----- Exercise inputs -----

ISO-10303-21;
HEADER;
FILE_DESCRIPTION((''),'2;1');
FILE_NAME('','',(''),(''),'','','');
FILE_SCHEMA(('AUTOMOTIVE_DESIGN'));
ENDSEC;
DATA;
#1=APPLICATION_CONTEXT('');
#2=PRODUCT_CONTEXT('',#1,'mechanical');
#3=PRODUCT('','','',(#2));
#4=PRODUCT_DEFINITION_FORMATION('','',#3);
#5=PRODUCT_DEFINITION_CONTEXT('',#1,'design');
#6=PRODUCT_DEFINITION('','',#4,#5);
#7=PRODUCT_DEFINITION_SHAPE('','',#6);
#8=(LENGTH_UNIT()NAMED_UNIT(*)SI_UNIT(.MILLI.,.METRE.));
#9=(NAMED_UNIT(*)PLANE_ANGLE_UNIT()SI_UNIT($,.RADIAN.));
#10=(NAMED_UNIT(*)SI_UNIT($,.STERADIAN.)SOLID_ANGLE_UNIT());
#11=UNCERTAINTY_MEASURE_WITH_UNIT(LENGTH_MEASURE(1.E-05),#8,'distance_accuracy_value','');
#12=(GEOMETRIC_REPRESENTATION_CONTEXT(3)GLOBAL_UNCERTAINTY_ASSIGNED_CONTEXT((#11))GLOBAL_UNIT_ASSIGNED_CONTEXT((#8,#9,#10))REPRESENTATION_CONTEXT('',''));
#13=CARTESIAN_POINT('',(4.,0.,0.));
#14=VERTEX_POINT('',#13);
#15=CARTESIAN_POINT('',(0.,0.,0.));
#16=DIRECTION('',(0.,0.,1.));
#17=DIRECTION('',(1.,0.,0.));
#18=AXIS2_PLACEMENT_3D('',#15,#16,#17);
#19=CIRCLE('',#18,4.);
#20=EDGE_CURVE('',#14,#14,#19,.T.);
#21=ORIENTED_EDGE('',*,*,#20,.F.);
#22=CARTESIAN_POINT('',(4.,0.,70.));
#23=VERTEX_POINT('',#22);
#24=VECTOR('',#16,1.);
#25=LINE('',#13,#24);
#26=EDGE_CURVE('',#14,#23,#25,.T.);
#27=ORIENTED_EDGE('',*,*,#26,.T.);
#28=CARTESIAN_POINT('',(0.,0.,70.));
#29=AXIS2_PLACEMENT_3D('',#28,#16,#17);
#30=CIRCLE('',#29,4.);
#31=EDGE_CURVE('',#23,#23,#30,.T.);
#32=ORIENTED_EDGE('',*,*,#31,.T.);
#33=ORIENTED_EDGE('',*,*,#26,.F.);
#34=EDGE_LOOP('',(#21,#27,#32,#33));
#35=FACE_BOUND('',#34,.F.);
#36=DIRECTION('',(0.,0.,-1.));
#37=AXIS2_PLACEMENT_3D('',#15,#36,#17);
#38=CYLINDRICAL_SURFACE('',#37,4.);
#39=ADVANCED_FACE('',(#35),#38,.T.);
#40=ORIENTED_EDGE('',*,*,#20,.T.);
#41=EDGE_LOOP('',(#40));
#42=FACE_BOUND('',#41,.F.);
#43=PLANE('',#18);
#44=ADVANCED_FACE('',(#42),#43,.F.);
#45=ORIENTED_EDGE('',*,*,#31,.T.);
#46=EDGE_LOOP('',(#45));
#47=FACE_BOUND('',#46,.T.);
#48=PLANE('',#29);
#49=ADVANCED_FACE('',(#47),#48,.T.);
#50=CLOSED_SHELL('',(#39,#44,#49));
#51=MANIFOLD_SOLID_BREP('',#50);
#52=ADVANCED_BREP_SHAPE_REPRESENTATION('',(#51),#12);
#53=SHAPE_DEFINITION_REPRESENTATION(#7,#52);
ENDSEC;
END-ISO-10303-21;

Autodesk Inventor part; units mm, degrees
ref_plane "YZ Plane" through (0, 0, 0) normal (1, 0, 0) x (0, 1, 0)
ref_plane "XZ Plane" through (0, 0, 0) normal (0, 1, 0) x (-1, 0, 0)
ref_plane "XY Plane" through (0, 0, 0) normal (0, 0, 1) x (1, 0, 0)
sketch "Sketch1" plane through (0, 0, 0) normal (0, 0, 1) x (1, 0, 0)
  circle A0 centre (0, 0) radius 4
  dimension "d0" = 8
extrude "Extrusion1" add sketch "Sketch1" along normal blind 70
thread "Thread1" size "M8x1.25" class "6g" standard "ANSI Metric M Profile" full length
properties part number "Weight_Thread_2mm"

-----

◆ Problem details ◆
What is needed is every line from the beginning of the data up to and including the line with "#8=(LENGTH_UNIT()NAMED_UNIT(*)SI_UNIT(.MILLI.,.METRE.));", given again word for word.

◆ Answer for this exercise ◆
ISO-10303-21;
HEADER;
FILE_DESCRIPTION((''),'2;1');
FILE_NAME('','',(''),(''),'','','');
FILE_SCHEMA(('AUTOMOTIVE_DESIGN'));
ENDSEC;
DATA;
#1=APPLICATION_CONTEXT('');
#2=PRODUCT_CONTEXT('',#1,'mechanical');
#3=PRODUCT('','','',(#2));
#4=PRODUCT_DEFINITION_FORMATION('','',#3);
#5=PRODUCT_DEFINITION_CONTEXT('',#1,'design');
#6=PRODUCT_DEFINITION('','',#4,#5);
#7=PRODUCT_DEFINITION_SHAPE('','',#6);
#8=(LENGTH_UNIT()NAMED_UNIT(*)SI_UNIT(.MILLI.,.METRE.));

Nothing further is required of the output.